# ECAM26.455M - No display, no beeps... no coffee...



## travellingkiwi (Apr 7, 2017)

I came down to make coffee... And... nothing... My Delonghi Prima Donna Deluxe S... Is no more...

It's not the power feed... Jug/Kettle works fine.. Not the cord, fuse is fine, And tests good at the insert to the machine.

PCB Gone? I've ordered a new one, but it takes 20 days to even consider shipping. Just dowering if anyone else has had something like this?

Oh, and if anyone has a description of how you open this sucker up I'd be extremely grateful.

H


----------



## travellingkiwi (Apr 7, 2017)

I'm going to answer this one myself.

After waiting a few weeks, the supplier delivered my new PCB... In a small white box...









Then came the challenge.

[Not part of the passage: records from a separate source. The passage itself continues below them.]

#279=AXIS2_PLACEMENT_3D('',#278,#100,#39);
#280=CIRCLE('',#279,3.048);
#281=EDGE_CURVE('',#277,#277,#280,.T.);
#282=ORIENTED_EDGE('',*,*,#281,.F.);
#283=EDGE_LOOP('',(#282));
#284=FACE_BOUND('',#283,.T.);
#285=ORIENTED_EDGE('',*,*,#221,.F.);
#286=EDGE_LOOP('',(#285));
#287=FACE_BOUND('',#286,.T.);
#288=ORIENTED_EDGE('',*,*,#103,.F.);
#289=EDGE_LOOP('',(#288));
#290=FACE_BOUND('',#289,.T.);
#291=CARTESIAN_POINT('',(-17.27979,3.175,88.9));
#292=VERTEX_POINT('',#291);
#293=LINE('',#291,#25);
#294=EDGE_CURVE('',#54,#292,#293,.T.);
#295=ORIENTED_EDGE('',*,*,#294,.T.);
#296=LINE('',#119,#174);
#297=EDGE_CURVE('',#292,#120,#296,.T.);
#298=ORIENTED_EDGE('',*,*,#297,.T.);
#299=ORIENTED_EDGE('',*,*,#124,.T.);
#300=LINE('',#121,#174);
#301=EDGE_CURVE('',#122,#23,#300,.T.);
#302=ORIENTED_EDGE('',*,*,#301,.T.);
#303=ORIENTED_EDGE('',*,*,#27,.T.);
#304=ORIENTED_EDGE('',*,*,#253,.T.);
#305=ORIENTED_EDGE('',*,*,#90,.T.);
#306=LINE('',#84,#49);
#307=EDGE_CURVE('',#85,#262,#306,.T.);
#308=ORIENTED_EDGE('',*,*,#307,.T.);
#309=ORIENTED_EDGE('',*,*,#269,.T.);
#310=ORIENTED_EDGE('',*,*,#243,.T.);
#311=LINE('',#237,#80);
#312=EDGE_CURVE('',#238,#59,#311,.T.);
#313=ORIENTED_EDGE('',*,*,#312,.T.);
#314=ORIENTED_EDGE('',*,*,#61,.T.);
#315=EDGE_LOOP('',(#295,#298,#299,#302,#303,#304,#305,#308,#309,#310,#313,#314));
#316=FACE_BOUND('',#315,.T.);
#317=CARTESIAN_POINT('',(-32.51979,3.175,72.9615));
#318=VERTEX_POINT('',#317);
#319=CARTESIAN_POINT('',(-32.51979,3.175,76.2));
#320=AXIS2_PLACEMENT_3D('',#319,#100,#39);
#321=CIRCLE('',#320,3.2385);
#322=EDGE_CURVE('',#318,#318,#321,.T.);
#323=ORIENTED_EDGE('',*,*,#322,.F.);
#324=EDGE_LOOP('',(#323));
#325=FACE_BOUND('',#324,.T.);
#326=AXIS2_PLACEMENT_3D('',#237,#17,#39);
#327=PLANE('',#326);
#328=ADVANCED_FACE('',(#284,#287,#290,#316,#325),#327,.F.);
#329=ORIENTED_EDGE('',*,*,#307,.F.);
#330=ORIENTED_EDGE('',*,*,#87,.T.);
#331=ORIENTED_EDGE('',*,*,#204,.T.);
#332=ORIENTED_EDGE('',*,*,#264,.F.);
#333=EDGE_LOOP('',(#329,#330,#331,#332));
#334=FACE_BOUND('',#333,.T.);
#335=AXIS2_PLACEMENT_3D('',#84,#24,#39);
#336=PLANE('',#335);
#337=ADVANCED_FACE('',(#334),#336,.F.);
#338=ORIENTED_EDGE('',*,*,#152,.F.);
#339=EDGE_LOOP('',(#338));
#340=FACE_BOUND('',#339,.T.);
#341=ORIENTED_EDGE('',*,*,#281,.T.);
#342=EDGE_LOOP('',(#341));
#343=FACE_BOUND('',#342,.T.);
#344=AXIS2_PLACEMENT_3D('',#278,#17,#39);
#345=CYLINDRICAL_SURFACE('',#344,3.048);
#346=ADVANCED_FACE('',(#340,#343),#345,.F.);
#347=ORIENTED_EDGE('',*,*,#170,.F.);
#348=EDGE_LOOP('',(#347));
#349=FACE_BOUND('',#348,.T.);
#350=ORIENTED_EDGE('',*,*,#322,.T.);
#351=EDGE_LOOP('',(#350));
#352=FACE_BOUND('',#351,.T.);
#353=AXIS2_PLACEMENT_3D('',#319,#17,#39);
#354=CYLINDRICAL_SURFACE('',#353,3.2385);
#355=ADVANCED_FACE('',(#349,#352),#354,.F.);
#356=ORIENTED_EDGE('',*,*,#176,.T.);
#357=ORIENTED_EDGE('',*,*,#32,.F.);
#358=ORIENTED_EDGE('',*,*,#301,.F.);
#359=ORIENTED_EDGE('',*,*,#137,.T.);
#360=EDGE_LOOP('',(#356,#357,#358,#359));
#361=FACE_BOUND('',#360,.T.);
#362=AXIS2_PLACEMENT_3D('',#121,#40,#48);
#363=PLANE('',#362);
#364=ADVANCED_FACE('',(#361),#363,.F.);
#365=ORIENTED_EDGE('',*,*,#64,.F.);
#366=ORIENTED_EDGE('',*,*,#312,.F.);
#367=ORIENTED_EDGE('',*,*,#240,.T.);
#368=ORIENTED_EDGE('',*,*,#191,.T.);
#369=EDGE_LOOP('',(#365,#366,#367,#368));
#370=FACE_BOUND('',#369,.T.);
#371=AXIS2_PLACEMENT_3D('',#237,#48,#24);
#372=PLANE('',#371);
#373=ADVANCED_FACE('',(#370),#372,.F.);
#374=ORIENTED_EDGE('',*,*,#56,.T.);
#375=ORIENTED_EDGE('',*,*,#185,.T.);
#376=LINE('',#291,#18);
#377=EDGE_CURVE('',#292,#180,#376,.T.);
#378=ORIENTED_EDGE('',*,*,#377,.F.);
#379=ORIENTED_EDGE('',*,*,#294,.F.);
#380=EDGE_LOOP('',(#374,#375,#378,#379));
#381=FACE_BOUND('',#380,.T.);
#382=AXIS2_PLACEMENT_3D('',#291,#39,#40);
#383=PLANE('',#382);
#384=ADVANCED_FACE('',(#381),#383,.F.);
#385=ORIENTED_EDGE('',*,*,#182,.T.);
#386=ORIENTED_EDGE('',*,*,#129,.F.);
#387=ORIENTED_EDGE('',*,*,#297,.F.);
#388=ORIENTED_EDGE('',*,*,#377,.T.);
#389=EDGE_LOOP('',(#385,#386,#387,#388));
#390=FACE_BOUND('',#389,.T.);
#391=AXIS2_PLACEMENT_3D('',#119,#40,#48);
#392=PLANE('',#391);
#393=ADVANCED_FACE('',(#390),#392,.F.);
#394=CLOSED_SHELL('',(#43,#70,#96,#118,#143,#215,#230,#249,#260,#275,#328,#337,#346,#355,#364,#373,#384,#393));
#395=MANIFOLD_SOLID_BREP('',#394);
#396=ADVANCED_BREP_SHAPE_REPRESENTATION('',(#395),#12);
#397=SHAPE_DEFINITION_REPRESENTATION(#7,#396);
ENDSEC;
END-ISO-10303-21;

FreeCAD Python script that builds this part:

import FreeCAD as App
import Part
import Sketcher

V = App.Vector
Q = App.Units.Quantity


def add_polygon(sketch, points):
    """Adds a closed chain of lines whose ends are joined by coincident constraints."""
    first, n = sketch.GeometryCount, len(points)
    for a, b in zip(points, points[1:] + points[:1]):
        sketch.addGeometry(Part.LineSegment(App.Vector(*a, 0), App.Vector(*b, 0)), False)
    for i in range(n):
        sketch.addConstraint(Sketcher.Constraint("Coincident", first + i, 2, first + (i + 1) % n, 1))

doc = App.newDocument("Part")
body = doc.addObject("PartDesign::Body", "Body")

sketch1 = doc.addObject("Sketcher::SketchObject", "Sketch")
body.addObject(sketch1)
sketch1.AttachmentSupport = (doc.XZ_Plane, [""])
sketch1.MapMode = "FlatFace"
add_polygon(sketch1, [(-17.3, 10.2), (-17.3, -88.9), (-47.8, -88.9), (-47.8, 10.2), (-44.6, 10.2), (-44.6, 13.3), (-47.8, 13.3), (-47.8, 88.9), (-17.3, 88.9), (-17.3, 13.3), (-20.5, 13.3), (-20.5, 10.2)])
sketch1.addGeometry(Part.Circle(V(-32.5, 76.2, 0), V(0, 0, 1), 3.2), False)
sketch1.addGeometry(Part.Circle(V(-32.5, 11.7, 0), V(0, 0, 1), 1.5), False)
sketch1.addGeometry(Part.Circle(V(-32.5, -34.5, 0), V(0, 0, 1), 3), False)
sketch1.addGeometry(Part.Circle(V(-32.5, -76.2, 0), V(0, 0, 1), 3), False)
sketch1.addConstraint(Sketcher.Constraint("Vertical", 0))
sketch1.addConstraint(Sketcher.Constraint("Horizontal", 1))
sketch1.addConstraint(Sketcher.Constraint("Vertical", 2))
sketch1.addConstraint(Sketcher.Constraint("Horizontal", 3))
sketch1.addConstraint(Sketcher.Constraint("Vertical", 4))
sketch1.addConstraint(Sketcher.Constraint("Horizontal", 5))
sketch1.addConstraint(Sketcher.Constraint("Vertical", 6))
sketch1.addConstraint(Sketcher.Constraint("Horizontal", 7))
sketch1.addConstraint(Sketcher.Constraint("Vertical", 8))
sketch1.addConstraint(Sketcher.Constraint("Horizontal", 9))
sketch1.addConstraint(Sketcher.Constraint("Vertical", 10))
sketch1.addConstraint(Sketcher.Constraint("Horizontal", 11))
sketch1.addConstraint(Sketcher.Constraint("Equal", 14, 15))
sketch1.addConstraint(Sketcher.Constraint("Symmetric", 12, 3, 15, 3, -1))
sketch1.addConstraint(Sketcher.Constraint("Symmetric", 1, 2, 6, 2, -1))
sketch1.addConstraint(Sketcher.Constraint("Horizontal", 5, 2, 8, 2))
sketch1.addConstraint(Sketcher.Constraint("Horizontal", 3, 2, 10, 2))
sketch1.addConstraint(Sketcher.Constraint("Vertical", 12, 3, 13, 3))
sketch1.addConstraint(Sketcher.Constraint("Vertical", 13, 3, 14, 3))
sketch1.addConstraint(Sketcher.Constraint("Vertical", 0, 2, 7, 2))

Opening the coffee machine. I searched for a service manual, no dice. So I emailed Delonghi to see if I could get one. No dice. Apparently they consider it a health and safety issue if I fix it myself. But did offer me their price list for repairs. £175 + VAT for a broken PCB (Which is about £55 if you buy one online from delonghi spares). So taking careful note of their concerns, I exercised my rights and continued to fix the damn things myself.

A thorough investigation started. After quite some time, and a bit of head scratching, I found a total of 3 self tapping screws underneath and another 4 behind the water container. All useless. Don't bother if you're trying this at home.

Some time later, after the top cover for the bean reservoir annoyed me enough, I noticed that the hinges had small lever on them... And it came off... Then after investigating all the little plastic clips etc and the way the panels fitted it because apparent that the rear of the machine needed to come off first. And the only way it could come off was upwards... A bit more poking & prodding (And a few swear words) and there's a small plastic panel that sits at the rear of the bean reservoir and provides the recess for the hinges themselves. And that comes off to reveal 2x self tapping screws holding on the rear panel.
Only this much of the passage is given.